• _Available data_:
+++

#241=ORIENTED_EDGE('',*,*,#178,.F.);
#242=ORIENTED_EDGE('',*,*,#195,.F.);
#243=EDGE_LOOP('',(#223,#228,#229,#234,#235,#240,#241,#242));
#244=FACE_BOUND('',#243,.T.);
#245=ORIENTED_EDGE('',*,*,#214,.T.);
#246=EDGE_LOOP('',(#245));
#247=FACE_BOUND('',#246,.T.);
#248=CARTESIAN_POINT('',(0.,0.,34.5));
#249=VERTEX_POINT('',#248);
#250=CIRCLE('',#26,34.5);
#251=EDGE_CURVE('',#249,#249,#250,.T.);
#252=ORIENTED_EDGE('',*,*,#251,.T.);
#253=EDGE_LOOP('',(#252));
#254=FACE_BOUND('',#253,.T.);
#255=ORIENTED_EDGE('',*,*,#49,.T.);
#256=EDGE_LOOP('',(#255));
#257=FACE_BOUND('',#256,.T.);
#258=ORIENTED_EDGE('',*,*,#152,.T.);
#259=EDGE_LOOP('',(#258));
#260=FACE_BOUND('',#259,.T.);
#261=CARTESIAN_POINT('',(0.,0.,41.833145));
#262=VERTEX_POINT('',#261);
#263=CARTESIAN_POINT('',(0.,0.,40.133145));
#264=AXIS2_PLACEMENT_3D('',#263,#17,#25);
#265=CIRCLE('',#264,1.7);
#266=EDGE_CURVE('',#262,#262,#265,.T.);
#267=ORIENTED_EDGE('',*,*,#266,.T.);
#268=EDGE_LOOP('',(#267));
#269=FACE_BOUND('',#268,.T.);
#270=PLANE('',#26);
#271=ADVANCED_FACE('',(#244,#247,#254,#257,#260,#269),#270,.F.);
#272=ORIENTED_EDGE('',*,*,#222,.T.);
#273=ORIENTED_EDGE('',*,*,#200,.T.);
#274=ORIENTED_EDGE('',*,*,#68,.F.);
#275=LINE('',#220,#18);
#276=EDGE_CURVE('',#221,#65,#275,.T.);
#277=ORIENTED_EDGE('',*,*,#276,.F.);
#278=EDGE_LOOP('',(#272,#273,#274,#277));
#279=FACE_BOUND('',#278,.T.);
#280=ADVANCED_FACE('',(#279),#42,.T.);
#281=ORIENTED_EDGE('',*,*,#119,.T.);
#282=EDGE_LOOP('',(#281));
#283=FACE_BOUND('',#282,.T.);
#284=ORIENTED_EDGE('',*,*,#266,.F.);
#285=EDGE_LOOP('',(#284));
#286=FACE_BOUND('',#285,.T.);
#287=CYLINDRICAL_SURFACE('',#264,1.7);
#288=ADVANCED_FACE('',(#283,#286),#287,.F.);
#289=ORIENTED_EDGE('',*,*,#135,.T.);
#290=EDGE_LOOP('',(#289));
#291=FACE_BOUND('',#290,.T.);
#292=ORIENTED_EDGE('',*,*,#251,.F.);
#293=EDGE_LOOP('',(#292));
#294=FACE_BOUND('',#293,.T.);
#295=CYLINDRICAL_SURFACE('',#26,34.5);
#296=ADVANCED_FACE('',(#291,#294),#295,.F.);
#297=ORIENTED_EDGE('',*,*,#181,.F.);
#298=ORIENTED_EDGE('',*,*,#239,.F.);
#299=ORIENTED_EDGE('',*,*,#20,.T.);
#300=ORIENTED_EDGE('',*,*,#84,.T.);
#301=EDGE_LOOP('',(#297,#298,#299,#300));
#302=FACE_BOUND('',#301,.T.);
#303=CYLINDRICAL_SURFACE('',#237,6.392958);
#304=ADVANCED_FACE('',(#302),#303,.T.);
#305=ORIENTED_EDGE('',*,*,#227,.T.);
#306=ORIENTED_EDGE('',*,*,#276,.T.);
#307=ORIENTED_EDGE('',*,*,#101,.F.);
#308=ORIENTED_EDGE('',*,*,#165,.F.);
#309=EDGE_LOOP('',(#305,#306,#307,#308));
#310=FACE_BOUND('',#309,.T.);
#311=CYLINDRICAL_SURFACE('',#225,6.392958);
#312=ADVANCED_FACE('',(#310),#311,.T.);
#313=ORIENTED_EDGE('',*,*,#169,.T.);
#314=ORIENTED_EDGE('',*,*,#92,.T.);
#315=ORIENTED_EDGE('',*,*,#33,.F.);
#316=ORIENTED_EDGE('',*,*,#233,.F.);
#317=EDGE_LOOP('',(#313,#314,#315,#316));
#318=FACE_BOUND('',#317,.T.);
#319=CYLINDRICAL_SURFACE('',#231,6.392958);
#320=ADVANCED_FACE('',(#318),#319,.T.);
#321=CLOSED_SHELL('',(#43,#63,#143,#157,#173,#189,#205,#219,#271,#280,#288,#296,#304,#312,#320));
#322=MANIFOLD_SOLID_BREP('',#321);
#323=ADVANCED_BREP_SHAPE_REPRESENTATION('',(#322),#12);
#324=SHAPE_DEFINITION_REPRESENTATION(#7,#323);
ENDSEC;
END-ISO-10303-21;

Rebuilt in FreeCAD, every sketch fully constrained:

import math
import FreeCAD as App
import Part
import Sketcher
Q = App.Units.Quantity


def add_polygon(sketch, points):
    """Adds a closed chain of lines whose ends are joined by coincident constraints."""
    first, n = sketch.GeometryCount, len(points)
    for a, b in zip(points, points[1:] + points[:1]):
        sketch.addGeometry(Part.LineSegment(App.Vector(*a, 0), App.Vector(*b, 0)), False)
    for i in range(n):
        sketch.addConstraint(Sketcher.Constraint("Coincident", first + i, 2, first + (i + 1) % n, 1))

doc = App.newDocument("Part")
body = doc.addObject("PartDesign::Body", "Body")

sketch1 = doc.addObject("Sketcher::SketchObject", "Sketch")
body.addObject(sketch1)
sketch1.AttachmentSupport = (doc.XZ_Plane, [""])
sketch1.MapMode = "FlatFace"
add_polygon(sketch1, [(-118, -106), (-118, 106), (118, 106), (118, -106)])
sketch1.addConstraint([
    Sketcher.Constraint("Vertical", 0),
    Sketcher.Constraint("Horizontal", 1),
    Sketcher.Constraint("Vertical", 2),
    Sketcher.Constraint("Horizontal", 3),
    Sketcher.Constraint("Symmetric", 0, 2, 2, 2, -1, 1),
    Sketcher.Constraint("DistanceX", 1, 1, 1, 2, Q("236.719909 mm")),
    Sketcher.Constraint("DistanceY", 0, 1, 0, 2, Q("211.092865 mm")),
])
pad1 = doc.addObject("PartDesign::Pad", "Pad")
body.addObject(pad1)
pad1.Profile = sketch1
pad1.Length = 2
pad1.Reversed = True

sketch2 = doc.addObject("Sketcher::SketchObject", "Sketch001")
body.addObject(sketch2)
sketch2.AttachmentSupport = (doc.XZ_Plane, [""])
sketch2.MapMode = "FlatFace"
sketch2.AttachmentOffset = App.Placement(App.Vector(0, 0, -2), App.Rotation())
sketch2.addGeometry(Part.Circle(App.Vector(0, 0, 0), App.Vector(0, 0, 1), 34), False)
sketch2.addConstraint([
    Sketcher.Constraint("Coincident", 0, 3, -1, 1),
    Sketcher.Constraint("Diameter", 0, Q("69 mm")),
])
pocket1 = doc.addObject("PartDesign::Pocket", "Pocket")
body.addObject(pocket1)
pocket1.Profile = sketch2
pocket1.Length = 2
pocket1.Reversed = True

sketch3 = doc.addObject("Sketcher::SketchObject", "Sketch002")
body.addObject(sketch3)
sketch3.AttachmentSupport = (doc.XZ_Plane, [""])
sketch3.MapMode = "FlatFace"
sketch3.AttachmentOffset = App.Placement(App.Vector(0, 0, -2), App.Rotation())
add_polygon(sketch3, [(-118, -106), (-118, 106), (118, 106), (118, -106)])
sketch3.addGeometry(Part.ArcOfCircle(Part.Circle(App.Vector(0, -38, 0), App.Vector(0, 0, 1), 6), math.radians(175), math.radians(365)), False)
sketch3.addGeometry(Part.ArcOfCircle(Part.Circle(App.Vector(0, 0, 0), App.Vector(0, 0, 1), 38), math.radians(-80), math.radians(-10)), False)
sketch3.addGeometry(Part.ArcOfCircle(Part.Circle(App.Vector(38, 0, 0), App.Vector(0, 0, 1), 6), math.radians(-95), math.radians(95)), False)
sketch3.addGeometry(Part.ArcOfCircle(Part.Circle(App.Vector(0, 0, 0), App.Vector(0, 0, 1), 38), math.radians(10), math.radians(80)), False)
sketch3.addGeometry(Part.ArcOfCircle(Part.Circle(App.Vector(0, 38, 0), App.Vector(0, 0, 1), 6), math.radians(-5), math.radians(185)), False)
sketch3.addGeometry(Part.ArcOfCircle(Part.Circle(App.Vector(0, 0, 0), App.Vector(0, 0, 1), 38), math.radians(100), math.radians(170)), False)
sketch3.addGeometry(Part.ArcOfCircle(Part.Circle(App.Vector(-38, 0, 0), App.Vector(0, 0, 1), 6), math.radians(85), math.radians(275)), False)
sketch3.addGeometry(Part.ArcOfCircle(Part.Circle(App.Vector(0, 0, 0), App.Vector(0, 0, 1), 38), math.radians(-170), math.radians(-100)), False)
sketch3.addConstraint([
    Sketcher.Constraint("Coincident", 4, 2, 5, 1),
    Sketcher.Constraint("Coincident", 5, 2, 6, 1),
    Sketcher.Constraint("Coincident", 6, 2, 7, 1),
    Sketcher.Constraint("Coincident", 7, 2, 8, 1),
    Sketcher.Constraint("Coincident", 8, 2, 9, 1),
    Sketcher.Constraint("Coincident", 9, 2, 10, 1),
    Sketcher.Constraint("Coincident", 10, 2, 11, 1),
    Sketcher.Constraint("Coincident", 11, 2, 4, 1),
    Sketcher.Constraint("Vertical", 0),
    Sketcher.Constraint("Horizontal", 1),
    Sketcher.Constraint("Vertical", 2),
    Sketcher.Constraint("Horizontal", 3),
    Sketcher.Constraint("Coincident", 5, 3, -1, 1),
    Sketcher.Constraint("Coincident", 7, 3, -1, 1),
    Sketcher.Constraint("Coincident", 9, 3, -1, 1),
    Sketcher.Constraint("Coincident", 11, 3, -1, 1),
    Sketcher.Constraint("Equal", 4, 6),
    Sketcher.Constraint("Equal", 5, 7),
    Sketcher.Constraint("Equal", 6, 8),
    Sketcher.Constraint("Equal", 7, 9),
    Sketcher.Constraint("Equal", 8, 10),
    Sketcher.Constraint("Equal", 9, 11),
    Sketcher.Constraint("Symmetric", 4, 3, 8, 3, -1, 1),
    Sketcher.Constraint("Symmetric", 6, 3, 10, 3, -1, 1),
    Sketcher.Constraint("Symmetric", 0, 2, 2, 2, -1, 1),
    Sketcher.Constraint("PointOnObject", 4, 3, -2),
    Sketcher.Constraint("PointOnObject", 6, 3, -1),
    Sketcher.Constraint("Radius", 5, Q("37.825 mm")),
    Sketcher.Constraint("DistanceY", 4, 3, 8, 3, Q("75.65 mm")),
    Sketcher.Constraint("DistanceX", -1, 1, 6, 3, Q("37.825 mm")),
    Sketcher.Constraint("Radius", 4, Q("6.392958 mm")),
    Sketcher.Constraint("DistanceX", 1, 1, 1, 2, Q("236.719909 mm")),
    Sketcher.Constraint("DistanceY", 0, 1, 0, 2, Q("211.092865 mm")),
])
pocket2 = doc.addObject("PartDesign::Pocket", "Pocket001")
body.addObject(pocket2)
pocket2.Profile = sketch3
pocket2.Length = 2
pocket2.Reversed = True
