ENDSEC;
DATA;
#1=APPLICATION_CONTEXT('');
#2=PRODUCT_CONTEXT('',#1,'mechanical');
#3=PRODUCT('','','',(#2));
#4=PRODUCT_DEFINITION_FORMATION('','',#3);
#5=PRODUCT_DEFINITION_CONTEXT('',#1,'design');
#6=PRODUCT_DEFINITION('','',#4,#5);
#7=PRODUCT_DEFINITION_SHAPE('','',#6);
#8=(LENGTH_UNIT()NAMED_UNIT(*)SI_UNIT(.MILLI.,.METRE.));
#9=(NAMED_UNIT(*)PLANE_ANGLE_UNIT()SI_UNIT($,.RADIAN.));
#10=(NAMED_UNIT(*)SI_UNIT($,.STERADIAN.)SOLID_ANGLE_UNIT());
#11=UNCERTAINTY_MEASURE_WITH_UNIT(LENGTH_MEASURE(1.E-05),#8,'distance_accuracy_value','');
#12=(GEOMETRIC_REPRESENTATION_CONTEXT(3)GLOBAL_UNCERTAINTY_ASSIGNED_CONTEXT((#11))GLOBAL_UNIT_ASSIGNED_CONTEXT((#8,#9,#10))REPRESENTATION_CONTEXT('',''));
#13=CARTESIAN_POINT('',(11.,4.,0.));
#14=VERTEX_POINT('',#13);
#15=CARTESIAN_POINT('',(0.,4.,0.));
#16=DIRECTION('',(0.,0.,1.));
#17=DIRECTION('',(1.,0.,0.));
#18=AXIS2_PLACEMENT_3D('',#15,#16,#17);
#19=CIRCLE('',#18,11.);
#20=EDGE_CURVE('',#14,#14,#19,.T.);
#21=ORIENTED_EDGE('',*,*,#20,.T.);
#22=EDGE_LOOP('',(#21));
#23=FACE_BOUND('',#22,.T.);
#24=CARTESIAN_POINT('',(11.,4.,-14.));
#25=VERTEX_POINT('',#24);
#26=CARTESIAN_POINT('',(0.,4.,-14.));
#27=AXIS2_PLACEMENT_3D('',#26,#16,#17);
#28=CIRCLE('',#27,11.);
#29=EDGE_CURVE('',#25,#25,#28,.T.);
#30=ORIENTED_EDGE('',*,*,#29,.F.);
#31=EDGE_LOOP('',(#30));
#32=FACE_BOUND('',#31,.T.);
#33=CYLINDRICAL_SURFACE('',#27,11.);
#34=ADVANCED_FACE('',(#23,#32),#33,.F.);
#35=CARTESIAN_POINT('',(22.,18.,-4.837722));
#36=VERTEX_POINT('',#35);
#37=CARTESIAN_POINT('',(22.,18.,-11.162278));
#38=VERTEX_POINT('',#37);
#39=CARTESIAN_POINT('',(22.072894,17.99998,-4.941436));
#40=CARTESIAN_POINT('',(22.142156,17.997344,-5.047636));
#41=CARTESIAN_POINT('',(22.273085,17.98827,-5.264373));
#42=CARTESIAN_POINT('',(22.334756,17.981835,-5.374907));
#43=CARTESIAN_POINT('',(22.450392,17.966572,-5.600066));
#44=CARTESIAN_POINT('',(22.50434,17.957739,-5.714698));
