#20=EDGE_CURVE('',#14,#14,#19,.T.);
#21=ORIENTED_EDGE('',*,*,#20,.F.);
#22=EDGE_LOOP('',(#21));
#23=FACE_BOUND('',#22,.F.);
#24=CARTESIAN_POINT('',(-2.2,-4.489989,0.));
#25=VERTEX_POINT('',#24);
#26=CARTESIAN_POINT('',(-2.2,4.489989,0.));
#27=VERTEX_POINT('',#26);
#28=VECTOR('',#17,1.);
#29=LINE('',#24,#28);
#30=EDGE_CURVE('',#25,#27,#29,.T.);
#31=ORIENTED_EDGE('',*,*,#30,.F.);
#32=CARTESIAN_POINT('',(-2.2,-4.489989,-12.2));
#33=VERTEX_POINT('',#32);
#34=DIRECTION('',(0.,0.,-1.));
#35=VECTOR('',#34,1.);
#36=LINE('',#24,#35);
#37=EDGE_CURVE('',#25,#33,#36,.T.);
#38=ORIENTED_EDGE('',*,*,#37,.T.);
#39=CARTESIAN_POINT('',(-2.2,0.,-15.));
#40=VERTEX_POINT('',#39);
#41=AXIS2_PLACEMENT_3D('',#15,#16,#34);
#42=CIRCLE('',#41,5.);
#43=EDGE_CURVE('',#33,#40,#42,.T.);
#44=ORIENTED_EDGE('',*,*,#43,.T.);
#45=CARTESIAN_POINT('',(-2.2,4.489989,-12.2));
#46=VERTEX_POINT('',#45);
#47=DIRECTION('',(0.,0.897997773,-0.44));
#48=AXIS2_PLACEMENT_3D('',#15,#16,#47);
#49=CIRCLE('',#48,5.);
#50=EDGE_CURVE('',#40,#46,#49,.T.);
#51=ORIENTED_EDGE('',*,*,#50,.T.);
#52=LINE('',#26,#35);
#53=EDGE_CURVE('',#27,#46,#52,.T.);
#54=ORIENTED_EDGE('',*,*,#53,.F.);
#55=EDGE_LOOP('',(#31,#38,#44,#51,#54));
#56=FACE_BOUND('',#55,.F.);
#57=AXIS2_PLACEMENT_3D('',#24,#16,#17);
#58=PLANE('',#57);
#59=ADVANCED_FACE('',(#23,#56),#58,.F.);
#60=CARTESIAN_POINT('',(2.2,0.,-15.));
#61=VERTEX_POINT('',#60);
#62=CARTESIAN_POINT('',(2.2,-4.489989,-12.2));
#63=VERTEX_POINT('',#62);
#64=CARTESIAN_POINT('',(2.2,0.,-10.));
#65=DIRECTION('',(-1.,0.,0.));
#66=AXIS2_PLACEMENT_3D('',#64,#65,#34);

+++

• _What this task involves_:
Copy out the data above word for word, starting at its first line and ending with the line that contains "#286=FACE_BOUND('',#285,.T.);".

• _Exercise answer_:
#241=ORIENTED_EDGE('',*,*,#178,.F.);
#242=ORIENTED_EDGE('',*,*,#195,.F.);
#243=EDGE_LOOP('',(#223,#228,#229,#234,#235,#240,#241,#242));
#244=FACE_BOUND('',#243,.T.);
#245=ORIENTED_EDGE('',*,*,#214,.T.);
#246=EDGE_LOOP('',(#245));
#247=FACE_BOUND('',#246,.T.);
#248=CARTESIAN_POINT('',(0.,0.,34.5));
#249=VERTEX_POINT('',#248);
#250=CIRCLE('',#26,34.5);
#251=EDGE_CURVE('',#249,#249,#250,.T.);
#252=ORIENTED_EDGE('',*,*,#251,.T.);
#253=EDGE_LOOP('',(#252));
#254=FACE_BOUND('',#253,.T.);
#255=ORIENTED_EDGE('',*,*,#49,.T.);
#256=EDGE_LOOP('',(#255));
#257=FACE_BOUND('',#256,.T.);
#258=ORIENTED_EDGE('',*,*,#152,.T.);
#259=EDGE_LOOP('',(#258));
#260=FACE_BOUND('',#259,.T.);
#261=CARTESIAN_POINT('',(0.,0.,41.833145));
#262=VERTEX_POINT('',#261);
#263=CARTESIAN_POINT('',(0.,0.,40.133145));
#264=AXIS2_PLACEMENT_3D('',#263,#17,#25);
#265=CIRCLE('',#264,1.7);
#266=EDGE_CURVE('',#262,#262,#265,.T.);
#267=ORIENTED_EDGE('',*,*,#266,.T.);
#268=EDGE_LOOP('',(#267));
#269=FACE_BOUND('',#268,.T.);
#270=PLANE('',#26);
#271=ADVANCED_FACE('',(#244,#247,#254,#257,#260,#269),#270,.F.);
#272=ORIENTED_EDGE('',*,*,#222,.T.);
#273=ORIENTED_EDGE('',*,*,#200,.T.);
#274=ORIENTED_EDGE('',*,*,#68,.F.);
#275=LINE('',#220,#18);
#276=EDGE_CURVE('',#221,#65,#275,.T.);
#277=ORIENTED_EDGE('',*,*,#276,.F.);
#278=EDGE_LOOP('',(#272,#273,#274,#277));
#279=FACE_BOUND('',#278,.T.);
#280=ADVANCED_FACE('',(#279),#42,.T.);
#281=ORIENTED_EDGE('',*,*,#119,.T.);
#282=EDGE_LOOP('',(#281));
#283=FACE_BOUND('',#282,.T.);
#284=ORIENTED_EDGE('',*,*,#266,.F.);
#285=EDGE_LOOP('',(#284));
#286=FACE_BOUND('',#285,.T.);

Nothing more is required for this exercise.